### TRY IT
Transcribe the records below exactly as written, from the opening line through the line that contains "Line((2.098034552, 5.614426559), (7.850343046, 14.0437682))".
** Opening EXERCISE DATA block **
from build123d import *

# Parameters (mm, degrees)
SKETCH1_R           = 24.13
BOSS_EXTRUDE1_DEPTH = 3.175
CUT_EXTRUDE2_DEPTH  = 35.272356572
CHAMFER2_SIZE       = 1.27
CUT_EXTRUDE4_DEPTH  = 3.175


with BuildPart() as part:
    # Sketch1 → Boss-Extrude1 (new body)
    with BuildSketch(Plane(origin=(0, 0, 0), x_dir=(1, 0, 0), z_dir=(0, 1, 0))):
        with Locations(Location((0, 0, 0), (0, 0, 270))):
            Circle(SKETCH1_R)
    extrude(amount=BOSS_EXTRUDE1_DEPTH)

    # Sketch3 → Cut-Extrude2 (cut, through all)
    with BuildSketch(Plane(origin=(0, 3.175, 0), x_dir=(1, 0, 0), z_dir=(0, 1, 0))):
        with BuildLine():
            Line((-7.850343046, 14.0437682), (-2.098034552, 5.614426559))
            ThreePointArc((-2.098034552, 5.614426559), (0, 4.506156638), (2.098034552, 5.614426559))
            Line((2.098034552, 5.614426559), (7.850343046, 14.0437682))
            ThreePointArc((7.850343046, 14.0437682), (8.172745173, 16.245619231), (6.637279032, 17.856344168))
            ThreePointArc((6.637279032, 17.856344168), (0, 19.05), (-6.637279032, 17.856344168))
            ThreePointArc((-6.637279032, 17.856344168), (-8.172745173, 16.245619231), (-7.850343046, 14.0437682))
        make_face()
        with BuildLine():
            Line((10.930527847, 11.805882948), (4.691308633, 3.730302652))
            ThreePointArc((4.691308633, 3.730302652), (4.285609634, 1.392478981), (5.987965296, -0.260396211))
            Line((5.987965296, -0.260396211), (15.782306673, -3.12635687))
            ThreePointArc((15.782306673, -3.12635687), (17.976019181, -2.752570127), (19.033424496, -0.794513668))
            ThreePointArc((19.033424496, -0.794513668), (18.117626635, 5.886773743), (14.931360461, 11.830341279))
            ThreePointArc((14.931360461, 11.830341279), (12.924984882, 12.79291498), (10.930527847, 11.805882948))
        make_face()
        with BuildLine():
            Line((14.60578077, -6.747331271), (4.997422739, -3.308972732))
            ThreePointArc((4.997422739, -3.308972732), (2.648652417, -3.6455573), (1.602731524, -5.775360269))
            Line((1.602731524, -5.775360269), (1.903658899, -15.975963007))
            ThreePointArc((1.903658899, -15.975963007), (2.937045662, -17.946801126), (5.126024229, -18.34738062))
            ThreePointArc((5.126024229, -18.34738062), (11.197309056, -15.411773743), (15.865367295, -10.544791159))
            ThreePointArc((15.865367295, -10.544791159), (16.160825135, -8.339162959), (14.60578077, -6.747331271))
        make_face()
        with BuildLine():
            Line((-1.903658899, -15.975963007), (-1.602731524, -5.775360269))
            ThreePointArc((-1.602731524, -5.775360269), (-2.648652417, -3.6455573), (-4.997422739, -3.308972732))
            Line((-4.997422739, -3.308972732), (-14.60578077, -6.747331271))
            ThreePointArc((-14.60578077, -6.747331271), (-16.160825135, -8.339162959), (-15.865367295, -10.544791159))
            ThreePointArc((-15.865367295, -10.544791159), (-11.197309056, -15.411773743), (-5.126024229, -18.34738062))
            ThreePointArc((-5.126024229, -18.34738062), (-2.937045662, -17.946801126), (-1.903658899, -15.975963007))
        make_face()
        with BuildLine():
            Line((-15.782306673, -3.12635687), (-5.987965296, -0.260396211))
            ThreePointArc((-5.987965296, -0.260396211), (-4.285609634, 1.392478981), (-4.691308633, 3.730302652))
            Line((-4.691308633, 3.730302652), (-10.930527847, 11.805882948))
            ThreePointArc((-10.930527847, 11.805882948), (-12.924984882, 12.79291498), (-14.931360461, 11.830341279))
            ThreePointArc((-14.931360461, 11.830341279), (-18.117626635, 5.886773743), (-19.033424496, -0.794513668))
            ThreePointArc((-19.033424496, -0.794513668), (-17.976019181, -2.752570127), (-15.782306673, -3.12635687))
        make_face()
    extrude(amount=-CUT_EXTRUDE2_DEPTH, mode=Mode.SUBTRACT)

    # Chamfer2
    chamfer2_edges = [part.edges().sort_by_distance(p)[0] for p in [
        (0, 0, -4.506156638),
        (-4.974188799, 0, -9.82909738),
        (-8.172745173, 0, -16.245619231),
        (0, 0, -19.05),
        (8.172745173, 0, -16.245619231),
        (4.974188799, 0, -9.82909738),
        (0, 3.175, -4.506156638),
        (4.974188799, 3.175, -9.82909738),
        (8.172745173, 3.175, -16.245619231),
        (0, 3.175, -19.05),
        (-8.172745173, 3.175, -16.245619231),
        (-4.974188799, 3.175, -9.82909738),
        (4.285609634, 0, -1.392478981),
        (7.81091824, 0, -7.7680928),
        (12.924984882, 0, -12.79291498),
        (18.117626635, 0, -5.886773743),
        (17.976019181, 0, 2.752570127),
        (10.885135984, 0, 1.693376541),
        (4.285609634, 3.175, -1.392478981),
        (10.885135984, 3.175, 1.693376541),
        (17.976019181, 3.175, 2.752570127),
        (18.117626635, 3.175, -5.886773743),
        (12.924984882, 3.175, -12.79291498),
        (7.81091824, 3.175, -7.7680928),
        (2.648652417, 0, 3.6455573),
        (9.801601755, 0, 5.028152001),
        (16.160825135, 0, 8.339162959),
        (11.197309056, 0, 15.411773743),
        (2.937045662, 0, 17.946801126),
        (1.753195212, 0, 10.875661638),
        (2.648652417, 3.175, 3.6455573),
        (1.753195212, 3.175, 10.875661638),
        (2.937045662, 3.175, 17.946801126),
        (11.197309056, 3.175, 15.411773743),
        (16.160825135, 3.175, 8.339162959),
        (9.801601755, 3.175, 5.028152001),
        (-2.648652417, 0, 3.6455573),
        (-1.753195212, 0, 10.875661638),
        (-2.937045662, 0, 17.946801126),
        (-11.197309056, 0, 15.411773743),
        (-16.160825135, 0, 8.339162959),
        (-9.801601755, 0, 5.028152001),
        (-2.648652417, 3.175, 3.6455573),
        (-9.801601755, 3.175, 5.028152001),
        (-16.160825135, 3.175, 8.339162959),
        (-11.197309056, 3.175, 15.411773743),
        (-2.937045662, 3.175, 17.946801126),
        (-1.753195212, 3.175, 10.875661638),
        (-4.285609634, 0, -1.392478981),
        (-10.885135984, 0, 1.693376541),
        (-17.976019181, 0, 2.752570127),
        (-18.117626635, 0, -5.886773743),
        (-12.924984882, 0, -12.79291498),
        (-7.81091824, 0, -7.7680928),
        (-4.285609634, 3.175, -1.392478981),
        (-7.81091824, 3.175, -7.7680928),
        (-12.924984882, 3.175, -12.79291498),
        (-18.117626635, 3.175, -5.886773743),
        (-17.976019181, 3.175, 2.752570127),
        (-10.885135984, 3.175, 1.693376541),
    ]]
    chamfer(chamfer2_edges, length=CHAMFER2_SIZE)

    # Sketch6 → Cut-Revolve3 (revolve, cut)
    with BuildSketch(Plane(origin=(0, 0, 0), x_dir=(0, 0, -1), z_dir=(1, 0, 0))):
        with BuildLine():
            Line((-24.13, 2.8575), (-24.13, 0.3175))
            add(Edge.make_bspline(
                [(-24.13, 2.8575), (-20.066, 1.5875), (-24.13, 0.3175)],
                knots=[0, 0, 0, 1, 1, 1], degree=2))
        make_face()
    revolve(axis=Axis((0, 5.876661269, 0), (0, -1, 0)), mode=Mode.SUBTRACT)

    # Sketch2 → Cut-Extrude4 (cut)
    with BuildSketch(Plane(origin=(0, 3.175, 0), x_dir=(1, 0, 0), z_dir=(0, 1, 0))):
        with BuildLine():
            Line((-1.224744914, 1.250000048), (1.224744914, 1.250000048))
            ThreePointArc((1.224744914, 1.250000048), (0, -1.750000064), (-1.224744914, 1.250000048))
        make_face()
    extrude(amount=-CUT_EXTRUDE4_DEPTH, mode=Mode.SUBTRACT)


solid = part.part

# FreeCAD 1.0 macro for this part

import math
import FreeCAD as App
import Part
import Sketcher
from FreeCAD import Vector
Q = App.Units.Quantity


def edges_at(feature, points):
    """Names of the edges that pass closest to the given points."""
    edges = feature.Shape.Edges
    near = lambda p: min(range(len(edges)), key=lambda i: edges[i].distToShape(Part.Vertex(*p))[0])
    return sorted({f"Edge{near(p) + 1}" for p in points})

doc = App.newDocument("Part")
body = doc.addObject("PartDesign::Body", "Body")

# Sketch on XZ plane
sketch1 = body.newObject("Sketcher::SketchObject", "Sketch")
sketch1.AttachmentSupport = (doc.getObject("XZ_Plane"), [""])
sketch1.MapMode = "FlatFace"
sketch1.addGeometry(Part.Circle(Vector(0, 0, 0), Vector(0, 0, 1), 24), False)
sketch1.addConstraint([
    Sketcher.Constraint("Coincident", 0, 3, -1, 1),
    Sketcher.Constraint("Diameter", 0, Q("1.9 in")),
])
pad1 = body.newObject("PartDesign::Pad", "Pad")
pad1.Profile = sketch1
pad1.Length = Q("0.125 in")
pad1.Reversed = True

# Sketch on XZ plane
sketch2 = body.newObject("Sketcher::SketchObject", "Sketch001")
sketch2.AttachmentSupport = (doc.getObject("XZ_Plane"), [""])
sketch2.MapMode = "FlatFace"
sketch2.AttachmentOffset = App.Placement(Vector(0, 0, -0.125 * 25.4), App.Rotation())
sketch2.addGeometry([
    Part.LineSegment(Vector(-7.9, -14, 0), Vector(-2.1, -5.6, 0)),  # 0
    Part.ArcOfCircle(Part.Circle(Vector(0, -7, 0), Vector(0, 0, 1), 2.5), math.radians(34), math.radians(146)),  # 1
    Part.LineSegment(Vector(2.1, -5.6, 0), Vector(7.9, -14, 0)),  # 2
    Part.ArcOfCircle(Part.Circle(Vector(5.8, -15.5, 0), Vector(0, 0, 1), 2.5), math.radians(-70), math.radians(34)),  # 3
    Part.ArcOfCircle(Part.Circle(Vector(0, 0, 0), Vector(0, 0, 1), 19), math.radians(-110), math.radians(-70)),  # 4
    Part.ArcOfCircle(Part.Circle(Vector(-5.8, -15.5, 0), Vector(0, 0, 1), 2.5), math.radians(146), math.radians(250)),  # 5
    Part.LineSegment(Vector(10.9, -11.8, 0), Vector(4.7, -3.7, 0)),  # 6
    Part.ArcOfCircle(Part.Circle(Vector(6.7, -2.2, 0), Vector(0, 0, 1), 2.5), math.radians(106), math.radians(218)),  # 7
    Part.LineSegment(Vector(6, 0.3, 0), Vector(15.8, 3.1, 0)),  # 8
    Part.ArcOfCircle(Part.Circle(Vector(16.5, 0.7, 0), Vector(0, 0, 1), 2.5), math.radians(2), math.radians(106)),  # 9
    Part.ArcOfCircle(Part.Circle(Vector(0, 0, 0), Vector(0, 0, 1), 19.1), math.radians(-38), math.radians(2)),  # 10
    Part.ArcOfCircle(Part.Circle(Vector(12.9, -10.3, 0), Vector(0, 0, 1), 2.5), math.radians(-142), math.radians(-38)),  # 11
    Part.LineSegment(Vector(14.6, 6.7, 0), Vector(5, 3.3, 0)),  # 12
    Part.ArcOfCircle(Part.Circle(Vector(4.1, 5.7, 0), Vector(0, 0, 1), 2.5), math.radians(178), math.radians(290)),  # 13
    Part.LineSegment(Vector(1.6, 5.8, 0), Vector(1.9, 16, 0)),  # 14
    Part.ArcOfCircle(Part.Circle(Vector(4.4, 15.9, 0), Vector(0, 0, 1), 2.5), math.radians(74), math.radians(178)),  # 15
    Part.ArcOfCircle(Part.Circle(Vector(0, 0, 0), Vector(0, 0, 1), 19.1), math.radians(34), math.radians(74)),  # 16
    Part.ArcOfCircle(Part.Circle(Vector(13.7, 9.1, 0), Vector(0, 0, 1), 2.5), math.radians(-70), math.radians(34)),  # 17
** Closing EXERCISE DATA block **
### EXPECTED OUTPUT
from build123d import *

# Parameters (mm, degrees)
SKETCH1_R           = 24.13
BOSS_EXTRUDE1_DEPTH = 3.175
CUT_EXTRUDE2_DEPTH  = 35.272356572
CHAMFER2_SIZE       = 1.27
CUT_EXTRUDE4_DEPTH  = 3.175


with BuildPart() as part:
    # Sketch1 → Boss-Extrude1 (new body)
    with BuildSketch(Plane(origin=(0, 0, 0), x_dir=(1, 0, 0), z_dir=(0, 1, 0))):
        with Locations(Location((0, 0, 0), (0, 0, 270))):
            Circle(SKETCH1_R)
    extrude(amount=BOSS_EXTRUDE1_DEPTH)

    # Sketch3 → Cut-Extrude2 (cut, through all)
    with BuildSketch(Plane(origin=(0, 3.175, 0), x_dir=(1, 0, 0), z_dir=(0, 1, 0))):
        with BuildLine():
            Line((-7.850343046, 14.0437682), (-2.098034552, 5.614426559))
            ThreePointArc((-2.098034552, 5.614426559), (0, 4.506156638), (2.098034552, 5.614426559))
            Line((2.098034552, 5.614426559), (7.850343046, 14.0437682))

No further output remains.